К концу второй недели, незаметно для себя, я почувствовал, что при виде английского флага у меня сжимаются ладони в кулаки, что из кантианца я стал контистом и у моноплана выросла вторая плоскость.
На третьей неделе мы мало, да и как-то нехотя, говорили, но зато много глядели друг другу в глаза.
На четвертой неделе я случайно заметил у нее на щечке комара. Негодяй в буквальном смысле слова пил ее кровь.

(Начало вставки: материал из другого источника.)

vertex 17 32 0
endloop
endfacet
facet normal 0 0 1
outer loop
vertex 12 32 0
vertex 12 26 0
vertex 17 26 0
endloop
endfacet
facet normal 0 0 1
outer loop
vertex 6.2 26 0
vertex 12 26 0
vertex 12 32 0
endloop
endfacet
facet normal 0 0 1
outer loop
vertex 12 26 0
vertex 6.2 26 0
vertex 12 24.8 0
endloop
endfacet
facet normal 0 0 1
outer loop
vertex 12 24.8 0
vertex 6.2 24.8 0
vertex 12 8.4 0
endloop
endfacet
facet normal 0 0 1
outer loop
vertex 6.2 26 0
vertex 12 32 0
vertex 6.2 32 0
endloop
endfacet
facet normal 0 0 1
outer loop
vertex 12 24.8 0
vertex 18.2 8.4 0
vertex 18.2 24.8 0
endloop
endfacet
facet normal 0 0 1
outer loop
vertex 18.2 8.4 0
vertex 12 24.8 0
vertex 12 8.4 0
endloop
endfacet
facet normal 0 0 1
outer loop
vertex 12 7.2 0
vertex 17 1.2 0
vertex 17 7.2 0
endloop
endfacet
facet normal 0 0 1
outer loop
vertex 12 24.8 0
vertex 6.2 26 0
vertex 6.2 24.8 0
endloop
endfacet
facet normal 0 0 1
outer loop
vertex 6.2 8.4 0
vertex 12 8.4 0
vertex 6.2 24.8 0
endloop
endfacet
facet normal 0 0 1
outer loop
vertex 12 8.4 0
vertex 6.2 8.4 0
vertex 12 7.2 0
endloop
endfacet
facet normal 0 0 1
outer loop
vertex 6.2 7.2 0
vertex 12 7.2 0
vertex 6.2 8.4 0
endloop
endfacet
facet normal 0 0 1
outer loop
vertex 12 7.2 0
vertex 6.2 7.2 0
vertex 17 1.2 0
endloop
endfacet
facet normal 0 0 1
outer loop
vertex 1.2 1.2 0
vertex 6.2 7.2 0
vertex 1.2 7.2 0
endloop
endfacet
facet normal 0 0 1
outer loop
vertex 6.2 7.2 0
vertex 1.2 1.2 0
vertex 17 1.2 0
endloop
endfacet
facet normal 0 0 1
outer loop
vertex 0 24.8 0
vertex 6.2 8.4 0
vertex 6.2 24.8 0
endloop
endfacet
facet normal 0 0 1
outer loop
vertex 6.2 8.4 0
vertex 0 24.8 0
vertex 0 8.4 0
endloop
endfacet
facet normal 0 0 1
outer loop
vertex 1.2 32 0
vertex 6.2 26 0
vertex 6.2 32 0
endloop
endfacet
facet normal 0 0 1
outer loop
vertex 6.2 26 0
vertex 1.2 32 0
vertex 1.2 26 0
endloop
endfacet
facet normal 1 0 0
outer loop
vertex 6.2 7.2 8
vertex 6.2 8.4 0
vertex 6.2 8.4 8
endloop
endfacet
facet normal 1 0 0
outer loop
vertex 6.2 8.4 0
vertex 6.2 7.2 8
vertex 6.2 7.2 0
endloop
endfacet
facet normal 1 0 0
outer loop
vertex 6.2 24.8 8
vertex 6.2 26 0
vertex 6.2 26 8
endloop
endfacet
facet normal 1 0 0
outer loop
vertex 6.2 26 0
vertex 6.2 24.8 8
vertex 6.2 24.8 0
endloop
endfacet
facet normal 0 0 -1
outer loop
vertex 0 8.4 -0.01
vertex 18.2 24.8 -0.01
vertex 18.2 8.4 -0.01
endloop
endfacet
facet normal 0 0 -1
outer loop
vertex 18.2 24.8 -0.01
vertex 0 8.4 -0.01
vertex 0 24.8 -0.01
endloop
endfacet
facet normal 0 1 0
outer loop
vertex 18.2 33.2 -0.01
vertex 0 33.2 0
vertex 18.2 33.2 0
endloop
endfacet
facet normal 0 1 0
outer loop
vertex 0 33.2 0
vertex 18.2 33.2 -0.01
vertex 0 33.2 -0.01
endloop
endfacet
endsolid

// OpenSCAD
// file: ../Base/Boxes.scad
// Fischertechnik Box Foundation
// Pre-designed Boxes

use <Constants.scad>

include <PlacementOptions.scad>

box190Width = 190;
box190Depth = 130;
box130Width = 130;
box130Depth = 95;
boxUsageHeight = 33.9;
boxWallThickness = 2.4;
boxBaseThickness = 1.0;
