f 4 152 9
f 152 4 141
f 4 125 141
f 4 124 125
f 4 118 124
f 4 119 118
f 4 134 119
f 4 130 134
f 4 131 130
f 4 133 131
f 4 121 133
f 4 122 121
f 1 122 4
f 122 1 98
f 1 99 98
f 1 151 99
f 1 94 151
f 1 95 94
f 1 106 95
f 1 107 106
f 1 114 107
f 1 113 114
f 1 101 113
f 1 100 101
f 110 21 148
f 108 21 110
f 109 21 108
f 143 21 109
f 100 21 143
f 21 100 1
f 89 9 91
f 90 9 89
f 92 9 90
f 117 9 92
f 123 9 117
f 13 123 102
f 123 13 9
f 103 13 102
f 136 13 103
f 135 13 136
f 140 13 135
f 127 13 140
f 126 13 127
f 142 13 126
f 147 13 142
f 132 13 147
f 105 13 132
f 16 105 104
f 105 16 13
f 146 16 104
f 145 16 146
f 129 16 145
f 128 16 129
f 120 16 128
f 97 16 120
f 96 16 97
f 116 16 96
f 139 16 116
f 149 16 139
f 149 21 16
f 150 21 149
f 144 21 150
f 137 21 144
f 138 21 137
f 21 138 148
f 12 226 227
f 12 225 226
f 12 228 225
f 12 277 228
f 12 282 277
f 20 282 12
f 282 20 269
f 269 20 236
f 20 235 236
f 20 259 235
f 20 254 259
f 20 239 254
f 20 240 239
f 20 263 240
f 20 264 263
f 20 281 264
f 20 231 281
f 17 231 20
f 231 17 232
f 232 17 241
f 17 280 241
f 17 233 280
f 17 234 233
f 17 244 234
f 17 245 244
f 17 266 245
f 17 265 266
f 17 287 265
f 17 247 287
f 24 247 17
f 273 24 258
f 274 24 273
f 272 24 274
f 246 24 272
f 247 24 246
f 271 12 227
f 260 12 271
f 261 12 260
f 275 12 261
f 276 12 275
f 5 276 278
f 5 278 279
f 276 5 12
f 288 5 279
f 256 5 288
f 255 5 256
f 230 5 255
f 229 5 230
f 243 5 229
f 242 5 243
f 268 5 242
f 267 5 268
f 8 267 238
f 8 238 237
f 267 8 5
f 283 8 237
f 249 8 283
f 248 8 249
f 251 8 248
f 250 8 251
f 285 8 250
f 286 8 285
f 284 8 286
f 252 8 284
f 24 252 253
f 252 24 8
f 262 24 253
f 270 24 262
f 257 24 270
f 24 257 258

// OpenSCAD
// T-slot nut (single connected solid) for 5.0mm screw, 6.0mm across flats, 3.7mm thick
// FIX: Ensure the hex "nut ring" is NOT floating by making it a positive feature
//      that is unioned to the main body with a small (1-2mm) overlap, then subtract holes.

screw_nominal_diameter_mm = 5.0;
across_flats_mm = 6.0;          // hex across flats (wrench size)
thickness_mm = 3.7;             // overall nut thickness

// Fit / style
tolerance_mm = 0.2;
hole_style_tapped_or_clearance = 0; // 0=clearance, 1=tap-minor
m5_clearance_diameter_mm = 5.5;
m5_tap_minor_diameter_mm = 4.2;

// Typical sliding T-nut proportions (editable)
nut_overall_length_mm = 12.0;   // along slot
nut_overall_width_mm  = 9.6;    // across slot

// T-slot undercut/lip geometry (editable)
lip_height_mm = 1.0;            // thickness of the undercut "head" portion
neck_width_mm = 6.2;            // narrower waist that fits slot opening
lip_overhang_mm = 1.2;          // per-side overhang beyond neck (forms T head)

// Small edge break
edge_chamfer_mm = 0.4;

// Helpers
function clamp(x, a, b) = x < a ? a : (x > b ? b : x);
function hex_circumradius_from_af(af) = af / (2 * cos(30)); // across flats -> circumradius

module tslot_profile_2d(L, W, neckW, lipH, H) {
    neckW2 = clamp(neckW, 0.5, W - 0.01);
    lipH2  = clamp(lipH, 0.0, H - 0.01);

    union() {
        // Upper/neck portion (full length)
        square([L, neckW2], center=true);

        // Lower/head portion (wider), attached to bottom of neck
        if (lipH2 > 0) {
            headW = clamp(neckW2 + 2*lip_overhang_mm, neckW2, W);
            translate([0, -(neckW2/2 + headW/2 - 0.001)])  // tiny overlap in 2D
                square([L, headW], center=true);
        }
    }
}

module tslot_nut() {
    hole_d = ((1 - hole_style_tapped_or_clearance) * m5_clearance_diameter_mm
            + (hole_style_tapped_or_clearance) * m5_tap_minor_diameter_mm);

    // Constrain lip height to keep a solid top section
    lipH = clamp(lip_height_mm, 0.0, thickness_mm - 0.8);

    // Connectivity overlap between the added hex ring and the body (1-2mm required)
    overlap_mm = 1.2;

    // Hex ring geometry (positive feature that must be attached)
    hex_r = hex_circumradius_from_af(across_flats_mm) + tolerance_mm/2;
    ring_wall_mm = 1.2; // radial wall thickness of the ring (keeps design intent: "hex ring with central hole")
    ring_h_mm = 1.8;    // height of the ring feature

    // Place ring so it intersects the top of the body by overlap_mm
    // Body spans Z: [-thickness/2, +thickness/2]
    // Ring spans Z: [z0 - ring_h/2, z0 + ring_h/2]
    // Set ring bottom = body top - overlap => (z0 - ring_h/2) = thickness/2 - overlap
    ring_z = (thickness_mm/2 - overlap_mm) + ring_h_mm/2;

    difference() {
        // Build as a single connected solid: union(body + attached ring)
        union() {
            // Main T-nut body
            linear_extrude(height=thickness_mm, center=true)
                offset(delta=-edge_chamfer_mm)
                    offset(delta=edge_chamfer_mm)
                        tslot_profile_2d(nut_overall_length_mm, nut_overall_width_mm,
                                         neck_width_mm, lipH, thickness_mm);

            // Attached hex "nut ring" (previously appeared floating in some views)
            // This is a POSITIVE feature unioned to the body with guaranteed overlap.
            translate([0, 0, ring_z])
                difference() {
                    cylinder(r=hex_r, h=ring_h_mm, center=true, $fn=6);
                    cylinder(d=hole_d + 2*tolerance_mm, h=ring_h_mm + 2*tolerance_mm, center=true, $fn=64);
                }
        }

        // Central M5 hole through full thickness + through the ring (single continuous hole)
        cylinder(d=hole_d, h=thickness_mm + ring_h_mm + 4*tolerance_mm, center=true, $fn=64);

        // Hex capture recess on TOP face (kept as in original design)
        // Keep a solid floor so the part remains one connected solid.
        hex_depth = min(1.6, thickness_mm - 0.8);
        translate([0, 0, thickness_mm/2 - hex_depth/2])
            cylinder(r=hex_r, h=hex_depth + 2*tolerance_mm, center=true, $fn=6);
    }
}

Мог ли я остаться равнодушным зрителем?
В первый момент я хотел его задушить собственными руками тут же, на месте преступления, но потом я придумал более утонченную казнь: съесть его живым.
Едва мои губы коснулись ее пухленькой щечки — комар куда-то исчез, а ее маленькие ручки обвили мою шею.
Одним словом… мы поженились.
На первой неделе после свадьбы мы вели себя так, как на четвертой до свадьбы…
На второй…
Короче… На четвертой неделе я снова был англофилом, кантианцем и монопланистом.
На пятой неделе жена моя напилила из меня два куля опилок, извела на мою голову три пуда мыла, около трех метров стальной проволоки на шпильки и высосала около ведра моей крови…
Проклятый комар, ты сделал меня малокровным!
Юмористическая библиотека Сатирикона».
1912, выпуск 58
Загадочная натура
Доктор Бронхов проводил пациента до дверей кабинета и пригласил очередного, ожидавшего в приемной.
— Садитесь, пожалуйста!.. Ваше имя, фамилия, род занятий, сколько лет? — скороговоркой спросил доктор, пододвигая к себе книгу со скорбными листами.